WHAT IS REQUIRED: Only the lines below from the one containing "#411=FACE_BOUND('',#410,.T.);" to the one containing "#260=CYLINDRICAL_SURFACE('',#47,77.6478);" should be repeated, both included and unchanged.

LISTED RECORDS:
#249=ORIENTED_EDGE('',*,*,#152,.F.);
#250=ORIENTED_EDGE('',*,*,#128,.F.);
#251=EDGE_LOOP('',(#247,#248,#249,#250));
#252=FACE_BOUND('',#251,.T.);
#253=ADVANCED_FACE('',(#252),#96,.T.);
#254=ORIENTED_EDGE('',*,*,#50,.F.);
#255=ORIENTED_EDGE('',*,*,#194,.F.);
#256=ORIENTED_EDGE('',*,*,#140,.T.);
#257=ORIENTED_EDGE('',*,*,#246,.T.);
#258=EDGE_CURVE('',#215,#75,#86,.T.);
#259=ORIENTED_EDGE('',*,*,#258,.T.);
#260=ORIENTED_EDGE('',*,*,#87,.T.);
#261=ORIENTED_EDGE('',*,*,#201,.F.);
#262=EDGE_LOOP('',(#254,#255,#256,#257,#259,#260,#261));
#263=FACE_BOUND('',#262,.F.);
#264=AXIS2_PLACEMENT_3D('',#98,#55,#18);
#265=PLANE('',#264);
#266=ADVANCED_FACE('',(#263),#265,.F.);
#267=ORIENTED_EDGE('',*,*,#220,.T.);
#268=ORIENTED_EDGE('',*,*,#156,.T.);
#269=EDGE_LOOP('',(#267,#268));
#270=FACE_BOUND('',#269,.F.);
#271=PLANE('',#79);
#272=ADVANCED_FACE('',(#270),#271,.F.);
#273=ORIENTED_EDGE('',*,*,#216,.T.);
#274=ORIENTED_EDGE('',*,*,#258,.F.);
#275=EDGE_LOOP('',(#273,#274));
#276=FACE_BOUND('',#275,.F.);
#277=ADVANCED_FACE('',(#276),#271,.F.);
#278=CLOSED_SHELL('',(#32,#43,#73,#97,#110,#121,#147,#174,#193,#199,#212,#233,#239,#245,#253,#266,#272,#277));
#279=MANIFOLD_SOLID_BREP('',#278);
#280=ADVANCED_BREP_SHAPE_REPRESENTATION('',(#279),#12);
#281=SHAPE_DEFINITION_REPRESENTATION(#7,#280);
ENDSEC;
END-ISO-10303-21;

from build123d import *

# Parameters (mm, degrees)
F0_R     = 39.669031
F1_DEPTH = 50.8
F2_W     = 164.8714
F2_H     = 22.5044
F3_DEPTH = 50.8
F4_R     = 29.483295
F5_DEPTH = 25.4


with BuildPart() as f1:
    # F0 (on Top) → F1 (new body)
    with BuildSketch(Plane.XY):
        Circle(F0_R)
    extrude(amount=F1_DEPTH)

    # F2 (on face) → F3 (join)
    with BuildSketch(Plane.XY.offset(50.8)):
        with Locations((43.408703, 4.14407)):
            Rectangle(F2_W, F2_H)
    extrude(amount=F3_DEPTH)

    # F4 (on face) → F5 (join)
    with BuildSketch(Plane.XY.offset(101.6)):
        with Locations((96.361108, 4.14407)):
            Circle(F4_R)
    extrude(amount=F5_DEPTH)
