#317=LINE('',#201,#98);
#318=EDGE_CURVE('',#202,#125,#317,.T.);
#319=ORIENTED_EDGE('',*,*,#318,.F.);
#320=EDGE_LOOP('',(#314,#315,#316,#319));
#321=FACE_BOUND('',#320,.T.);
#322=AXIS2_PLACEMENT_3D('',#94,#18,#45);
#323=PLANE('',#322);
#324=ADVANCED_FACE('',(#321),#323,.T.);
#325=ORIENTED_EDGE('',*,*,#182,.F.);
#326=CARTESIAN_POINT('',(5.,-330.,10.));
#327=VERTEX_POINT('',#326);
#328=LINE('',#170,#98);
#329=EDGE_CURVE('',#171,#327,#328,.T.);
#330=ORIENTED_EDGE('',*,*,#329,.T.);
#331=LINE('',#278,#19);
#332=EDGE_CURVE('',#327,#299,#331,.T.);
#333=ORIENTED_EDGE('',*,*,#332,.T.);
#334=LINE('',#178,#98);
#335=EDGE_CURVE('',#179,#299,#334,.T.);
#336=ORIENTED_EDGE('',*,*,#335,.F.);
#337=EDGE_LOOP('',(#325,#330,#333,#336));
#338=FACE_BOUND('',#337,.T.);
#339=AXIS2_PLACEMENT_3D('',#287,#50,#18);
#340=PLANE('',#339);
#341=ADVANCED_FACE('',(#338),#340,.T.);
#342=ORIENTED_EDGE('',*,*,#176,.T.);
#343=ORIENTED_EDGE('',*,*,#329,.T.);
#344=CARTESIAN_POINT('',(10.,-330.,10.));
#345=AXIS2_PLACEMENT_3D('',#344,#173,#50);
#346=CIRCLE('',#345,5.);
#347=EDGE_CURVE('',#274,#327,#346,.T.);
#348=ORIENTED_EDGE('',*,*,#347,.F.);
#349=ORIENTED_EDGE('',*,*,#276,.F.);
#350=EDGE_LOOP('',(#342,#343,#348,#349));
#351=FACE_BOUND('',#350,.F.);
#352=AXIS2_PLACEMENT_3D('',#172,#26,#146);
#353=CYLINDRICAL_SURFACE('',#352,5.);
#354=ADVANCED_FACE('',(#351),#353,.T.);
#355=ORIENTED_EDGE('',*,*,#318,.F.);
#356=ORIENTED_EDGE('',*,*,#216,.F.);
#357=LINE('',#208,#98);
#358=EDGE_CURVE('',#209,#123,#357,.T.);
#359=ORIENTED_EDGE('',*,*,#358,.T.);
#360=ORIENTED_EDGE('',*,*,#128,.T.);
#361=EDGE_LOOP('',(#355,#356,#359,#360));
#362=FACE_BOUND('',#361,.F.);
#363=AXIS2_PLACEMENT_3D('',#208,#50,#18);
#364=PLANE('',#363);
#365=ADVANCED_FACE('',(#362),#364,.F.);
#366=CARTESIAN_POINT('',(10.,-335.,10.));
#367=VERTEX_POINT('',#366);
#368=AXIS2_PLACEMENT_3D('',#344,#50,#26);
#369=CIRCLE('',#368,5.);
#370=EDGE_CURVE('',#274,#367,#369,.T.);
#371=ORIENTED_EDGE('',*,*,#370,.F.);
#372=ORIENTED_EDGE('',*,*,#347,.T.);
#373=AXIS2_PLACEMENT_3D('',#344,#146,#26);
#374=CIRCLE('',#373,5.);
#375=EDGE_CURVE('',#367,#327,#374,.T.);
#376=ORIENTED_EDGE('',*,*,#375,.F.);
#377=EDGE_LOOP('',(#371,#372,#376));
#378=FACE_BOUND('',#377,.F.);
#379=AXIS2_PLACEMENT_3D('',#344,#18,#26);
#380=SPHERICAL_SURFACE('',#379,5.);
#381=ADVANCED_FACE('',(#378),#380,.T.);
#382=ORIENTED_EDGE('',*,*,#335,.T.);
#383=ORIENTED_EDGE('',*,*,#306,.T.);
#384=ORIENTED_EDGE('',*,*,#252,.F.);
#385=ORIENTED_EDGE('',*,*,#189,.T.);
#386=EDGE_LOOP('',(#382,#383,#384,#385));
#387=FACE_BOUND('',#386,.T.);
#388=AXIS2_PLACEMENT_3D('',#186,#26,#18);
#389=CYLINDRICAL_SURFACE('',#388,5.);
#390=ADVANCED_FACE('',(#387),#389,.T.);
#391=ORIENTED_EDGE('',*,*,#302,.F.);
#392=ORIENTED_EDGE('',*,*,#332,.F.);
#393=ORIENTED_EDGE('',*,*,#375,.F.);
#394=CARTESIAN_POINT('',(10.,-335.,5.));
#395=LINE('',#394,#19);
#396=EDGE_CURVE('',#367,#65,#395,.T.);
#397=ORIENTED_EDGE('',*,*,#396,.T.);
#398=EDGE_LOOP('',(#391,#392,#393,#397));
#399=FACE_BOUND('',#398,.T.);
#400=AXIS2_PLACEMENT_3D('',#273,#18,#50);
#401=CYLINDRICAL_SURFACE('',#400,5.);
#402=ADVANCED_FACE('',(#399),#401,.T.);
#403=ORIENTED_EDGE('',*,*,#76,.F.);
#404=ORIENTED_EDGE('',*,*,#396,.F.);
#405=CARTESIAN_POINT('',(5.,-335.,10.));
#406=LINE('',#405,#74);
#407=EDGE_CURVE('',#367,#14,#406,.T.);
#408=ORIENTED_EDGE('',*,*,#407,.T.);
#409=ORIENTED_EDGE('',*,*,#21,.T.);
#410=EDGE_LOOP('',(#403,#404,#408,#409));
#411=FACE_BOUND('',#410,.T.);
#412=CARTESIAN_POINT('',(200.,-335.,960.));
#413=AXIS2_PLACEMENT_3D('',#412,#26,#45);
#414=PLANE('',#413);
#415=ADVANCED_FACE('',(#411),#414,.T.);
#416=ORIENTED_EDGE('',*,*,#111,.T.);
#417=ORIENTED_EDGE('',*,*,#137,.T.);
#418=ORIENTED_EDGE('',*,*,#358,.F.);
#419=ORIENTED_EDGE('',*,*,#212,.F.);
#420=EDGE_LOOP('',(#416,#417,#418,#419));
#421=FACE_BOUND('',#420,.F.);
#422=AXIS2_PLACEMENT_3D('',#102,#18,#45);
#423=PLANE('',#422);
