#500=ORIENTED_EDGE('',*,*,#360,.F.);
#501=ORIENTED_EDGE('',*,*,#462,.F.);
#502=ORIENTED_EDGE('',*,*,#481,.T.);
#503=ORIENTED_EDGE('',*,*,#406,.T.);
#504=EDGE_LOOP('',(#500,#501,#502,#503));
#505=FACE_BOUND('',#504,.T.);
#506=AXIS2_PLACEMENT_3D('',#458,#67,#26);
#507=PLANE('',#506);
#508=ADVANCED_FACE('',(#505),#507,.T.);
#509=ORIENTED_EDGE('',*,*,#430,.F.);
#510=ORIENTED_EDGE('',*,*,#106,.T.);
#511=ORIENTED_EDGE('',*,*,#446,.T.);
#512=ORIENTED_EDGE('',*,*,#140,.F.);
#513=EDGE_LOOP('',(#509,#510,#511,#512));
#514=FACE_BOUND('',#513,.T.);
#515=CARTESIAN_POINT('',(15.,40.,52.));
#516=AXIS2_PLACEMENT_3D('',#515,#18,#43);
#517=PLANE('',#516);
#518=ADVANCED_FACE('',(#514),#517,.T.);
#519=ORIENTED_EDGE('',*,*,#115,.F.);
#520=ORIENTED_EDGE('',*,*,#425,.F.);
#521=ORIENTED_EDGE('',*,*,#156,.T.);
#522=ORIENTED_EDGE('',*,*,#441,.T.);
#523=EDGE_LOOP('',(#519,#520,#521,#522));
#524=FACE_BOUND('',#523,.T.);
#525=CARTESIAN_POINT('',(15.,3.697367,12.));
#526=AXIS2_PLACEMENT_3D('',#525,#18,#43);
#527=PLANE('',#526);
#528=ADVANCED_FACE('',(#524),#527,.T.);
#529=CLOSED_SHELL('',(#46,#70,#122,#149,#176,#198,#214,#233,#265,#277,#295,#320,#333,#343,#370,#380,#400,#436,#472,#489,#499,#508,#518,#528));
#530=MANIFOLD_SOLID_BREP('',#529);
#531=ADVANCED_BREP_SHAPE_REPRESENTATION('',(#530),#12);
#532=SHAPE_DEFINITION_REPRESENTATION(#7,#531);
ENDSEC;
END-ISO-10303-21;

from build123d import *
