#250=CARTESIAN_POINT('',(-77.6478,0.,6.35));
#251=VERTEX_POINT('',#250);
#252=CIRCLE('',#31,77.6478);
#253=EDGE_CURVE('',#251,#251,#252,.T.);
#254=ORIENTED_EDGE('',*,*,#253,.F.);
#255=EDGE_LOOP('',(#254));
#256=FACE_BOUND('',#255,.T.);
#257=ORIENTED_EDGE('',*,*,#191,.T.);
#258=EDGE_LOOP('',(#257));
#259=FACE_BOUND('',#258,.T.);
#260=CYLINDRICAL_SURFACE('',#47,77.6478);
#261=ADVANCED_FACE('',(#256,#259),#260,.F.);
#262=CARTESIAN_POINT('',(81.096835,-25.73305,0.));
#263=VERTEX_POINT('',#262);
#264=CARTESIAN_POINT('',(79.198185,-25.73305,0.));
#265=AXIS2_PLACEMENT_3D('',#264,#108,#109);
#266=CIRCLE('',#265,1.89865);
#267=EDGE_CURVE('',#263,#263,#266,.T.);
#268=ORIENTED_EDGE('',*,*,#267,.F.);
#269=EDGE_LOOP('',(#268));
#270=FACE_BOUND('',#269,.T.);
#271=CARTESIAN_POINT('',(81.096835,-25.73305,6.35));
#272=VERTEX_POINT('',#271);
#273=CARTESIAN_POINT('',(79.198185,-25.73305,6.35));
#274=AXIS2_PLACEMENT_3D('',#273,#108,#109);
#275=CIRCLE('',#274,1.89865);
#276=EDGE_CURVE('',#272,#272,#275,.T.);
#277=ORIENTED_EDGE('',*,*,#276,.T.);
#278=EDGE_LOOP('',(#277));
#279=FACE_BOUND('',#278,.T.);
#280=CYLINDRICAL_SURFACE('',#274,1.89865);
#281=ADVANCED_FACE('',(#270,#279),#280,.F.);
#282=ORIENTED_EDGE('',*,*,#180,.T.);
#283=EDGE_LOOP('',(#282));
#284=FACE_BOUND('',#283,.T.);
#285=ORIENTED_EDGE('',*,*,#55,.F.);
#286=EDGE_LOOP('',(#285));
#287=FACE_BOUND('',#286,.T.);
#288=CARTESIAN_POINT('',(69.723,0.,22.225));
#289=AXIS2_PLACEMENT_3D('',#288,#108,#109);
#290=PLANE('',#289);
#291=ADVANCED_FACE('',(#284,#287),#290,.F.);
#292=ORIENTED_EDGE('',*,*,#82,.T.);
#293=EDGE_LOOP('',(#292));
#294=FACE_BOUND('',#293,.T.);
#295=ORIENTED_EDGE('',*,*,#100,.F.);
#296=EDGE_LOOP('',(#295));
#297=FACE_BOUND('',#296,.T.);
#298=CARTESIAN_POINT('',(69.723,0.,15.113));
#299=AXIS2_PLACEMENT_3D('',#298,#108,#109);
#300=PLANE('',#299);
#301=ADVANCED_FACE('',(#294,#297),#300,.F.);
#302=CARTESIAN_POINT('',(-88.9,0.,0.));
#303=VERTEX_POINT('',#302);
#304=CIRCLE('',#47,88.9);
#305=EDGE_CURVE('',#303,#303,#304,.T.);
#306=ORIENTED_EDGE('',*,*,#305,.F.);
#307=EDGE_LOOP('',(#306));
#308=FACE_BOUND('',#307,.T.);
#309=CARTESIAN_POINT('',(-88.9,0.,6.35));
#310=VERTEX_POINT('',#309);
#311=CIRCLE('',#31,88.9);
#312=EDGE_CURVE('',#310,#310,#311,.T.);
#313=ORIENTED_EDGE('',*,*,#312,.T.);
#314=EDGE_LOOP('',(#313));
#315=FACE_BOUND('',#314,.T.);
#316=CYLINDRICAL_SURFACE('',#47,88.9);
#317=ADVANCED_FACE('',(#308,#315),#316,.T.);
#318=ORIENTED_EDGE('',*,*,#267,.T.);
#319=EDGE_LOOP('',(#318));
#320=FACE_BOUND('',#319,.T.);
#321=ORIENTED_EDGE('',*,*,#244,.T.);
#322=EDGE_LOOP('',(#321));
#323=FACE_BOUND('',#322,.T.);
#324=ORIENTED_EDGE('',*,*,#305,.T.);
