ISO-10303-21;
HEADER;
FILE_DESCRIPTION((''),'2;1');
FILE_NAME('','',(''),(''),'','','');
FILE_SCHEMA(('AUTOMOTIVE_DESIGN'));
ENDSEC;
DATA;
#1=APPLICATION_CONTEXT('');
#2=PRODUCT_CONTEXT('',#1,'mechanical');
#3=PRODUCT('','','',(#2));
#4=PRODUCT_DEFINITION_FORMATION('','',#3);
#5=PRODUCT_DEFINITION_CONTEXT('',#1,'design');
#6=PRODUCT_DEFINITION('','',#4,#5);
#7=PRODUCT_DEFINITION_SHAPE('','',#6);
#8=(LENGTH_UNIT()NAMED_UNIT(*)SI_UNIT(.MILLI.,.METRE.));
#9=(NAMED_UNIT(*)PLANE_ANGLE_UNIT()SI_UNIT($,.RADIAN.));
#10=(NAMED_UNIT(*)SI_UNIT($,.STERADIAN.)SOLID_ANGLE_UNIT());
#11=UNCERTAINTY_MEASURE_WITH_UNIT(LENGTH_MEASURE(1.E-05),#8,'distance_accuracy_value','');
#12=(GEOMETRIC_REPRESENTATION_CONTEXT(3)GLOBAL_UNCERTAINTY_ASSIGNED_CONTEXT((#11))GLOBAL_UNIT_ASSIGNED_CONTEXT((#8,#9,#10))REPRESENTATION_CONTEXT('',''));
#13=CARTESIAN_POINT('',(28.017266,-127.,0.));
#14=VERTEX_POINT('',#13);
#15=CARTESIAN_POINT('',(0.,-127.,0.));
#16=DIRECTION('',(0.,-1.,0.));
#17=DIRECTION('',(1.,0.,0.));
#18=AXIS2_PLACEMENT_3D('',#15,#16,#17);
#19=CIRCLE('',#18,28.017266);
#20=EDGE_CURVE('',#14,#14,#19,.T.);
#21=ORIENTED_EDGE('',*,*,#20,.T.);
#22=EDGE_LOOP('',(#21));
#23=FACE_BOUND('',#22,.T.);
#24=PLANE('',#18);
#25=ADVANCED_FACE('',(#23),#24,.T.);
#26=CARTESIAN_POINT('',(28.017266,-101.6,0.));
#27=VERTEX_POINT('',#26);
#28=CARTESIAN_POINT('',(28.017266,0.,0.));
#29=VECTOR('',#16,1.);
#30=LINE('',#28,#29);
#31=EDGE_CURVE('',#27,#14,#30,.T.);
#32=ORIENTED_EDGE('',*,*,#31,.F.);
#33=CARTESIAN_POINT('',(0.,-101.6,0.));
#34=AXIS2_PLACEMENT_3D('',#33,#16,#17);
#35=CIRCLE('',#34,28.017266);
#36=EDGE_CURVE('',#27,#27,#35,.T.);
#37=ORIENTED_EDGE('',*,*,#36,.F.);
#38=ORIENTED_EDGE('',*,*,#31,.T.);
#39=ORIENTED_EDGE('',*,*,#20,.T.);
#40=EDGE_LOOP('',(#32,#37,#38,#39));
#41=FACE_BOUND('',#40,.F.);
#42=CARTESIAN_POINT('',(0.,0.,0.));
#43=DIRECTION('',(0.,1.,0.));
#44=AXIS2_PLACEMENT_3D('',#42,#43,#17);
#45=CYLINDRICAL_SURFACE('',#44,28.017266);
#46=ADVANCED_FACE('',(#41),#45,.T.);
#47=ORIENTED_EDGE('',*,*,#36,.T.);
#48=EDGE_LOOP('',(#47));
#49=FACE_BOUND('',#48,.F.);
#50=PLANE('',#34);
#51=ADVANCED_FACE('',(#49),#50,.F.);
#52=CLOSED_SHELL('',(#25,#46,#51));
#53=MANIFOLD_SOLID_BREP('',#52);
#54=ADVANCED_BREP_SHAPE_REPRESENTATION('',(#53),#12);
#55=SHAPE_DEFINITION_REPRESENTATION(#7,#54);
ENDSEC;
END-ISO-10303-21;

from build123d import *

# Parameters (mm, degrees)
F0_R      = 28.017266
F1_DEPTH  = 127
F1_FACE_R = 28.017266
F2_DEPTH  = 25.4


with BuildPart() as f1:
    # F0 (on Front) → F1 (new body)
    with BuildSketch(Plane.XZ):
        Circle(F0_R)
    extrude(amount=F1_DEPTH)

    # F1_face (on face) → F2 (intersect)
    with BuildSketch(Plane.XZ.offset(127)):
        Circle(F1_FACE_R)
    extrude(amount=-F2_DEPTH, mode=Mode.INTERSECT)


solid = f1.part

TASK RESULT:
#411=FACE_BOUND('',#410,.T.);
#412=CARTESIAN_POINT('',(200.,-335.,960.));
#413=AXIS2_PLACEMENT_3D('',#412,#26,#45);
#414=PLANE('',#413);
#415=ADVANCED_FACE('',(#411),#414,.T.);
#416=ORIENTED_EDGE('',*,*,#111,.T.);
#417=ORIENTED_EDGE('',*,*,#137,.T.);
#418=ORIENTED_EDGE('',*,*,#358,.F.);
#419=ORIENTED_EDGE('',*,*,#212,.F.);
#420=EDGE_LOOP('',(#416,#417,#418,#419));
#421=FACE_BOUND('',#420,.F.);
#422=AXIS2_PLACEMENT_3D('',#102,#18,#45);
#423=PLANE('',#422);
#500=ORIENTED_EDGE('',*,*,#360,.F.);
#501=ORIENTED_EDGE('',*,*,#462,.F.);
#502=ORIENTED_EDGE('',*,*,#481,.T.);
#503=ORIENTED_EDGE('',*,*,#406,.T.);
#504=EDGE_LOOP('',(#500,#501,#502,#503));
#505=FACE_BOUND('',#504,.T.);
#506=AXIS2_PLACEMENT_3D('',#458,#67,#26);
#507=PLANE('',#506);
#508=ADVANCED_FACE('',(#505),#507,.T.);
#509=ORIENTED_EDGE('',*,*,#430,.F.);
#510=ORIENTED_EDGE('',*,*,#106,.T.);
#511=ORIENTED_EDGE('',*,*,#446,.T.);
#512=ORIENTED_EDGE('',*,*,#140,.F.);
#513=EDGE_LOOP('',(#509,#510,#511,#512));
#514=FACE_BOUND('',#513,.T.);
#515=CARTESIAN_POINT('',(15.,40.,52.));
#516=AXIS2_PLACEMENT_3D('',#515,#18,#43);
#517=PLANE('',#516);
#518=ADVANCED_FACE('',(#514),#517,.T.);
#519=ORIENTED_EDGE('',*,*,#115,.F.);
#520=ORIENTED_EDGE('',*,*,#425,.F.);
#521=ORIENTED_EDGE('',*,*,#156,.T.);
#522=ORIENTED_EDGE('',*,*,#441,.T.);
#523=EDGE_LOOP('',(#519,#520,#521,#522));
#524=FACE_BOUND('',#523,.T.);
#525=CARTESIAN_POINT('',(15.,3.697367,12.));
#526=AXIS2_PLACEMENT_3D('',#525,#18,#43);
#527=PLANE('',#526);
#528=ADVANCED_FACE('',(#524),#527,.T.);
#529=CLOSED_SHELL('',(#46,#70,#122,#149,#176,#198,#214,#233,#265,#277,#295,#320,#333,#343,#370,#380,#400,#436,#472,#489,#499,#508,#518,#528));
#530=MANIFOLD_SOLID_BREP('',#529);
#531=ADVANCED_BREP_SHAPE_REPRESENTATION('',(#530),#12);
#532=SHAPE_DEFINITION_REPRESENTATION(#7,#531);
ENDSEC;
END-ISO-10303-21;

from build123d import *
#250=CARTESIAN_POINT('',(-77.6478,0.,6.35));
#251=VERTEX_POINT('',#250);
#252=CIRCLE('',#31,77.6478);
#253=EDGE_CURVE('',#251,#251,#252,.T.);
#254=ORIENTED_EDGE('',*,*,#253,.F.);
#255=EDGE_LOOP('',(#254));
#256=FACE_BOUND('',#255,.T.);
#257=ORIENTED_EDGE('',*,*,#191,.T.);
#258=EDGE_LOOP('',(#257));
#259=FACE_BOUND('',#258,.T.);
#260=CYLINDRICAL_SURFACE('',#47,77.6478);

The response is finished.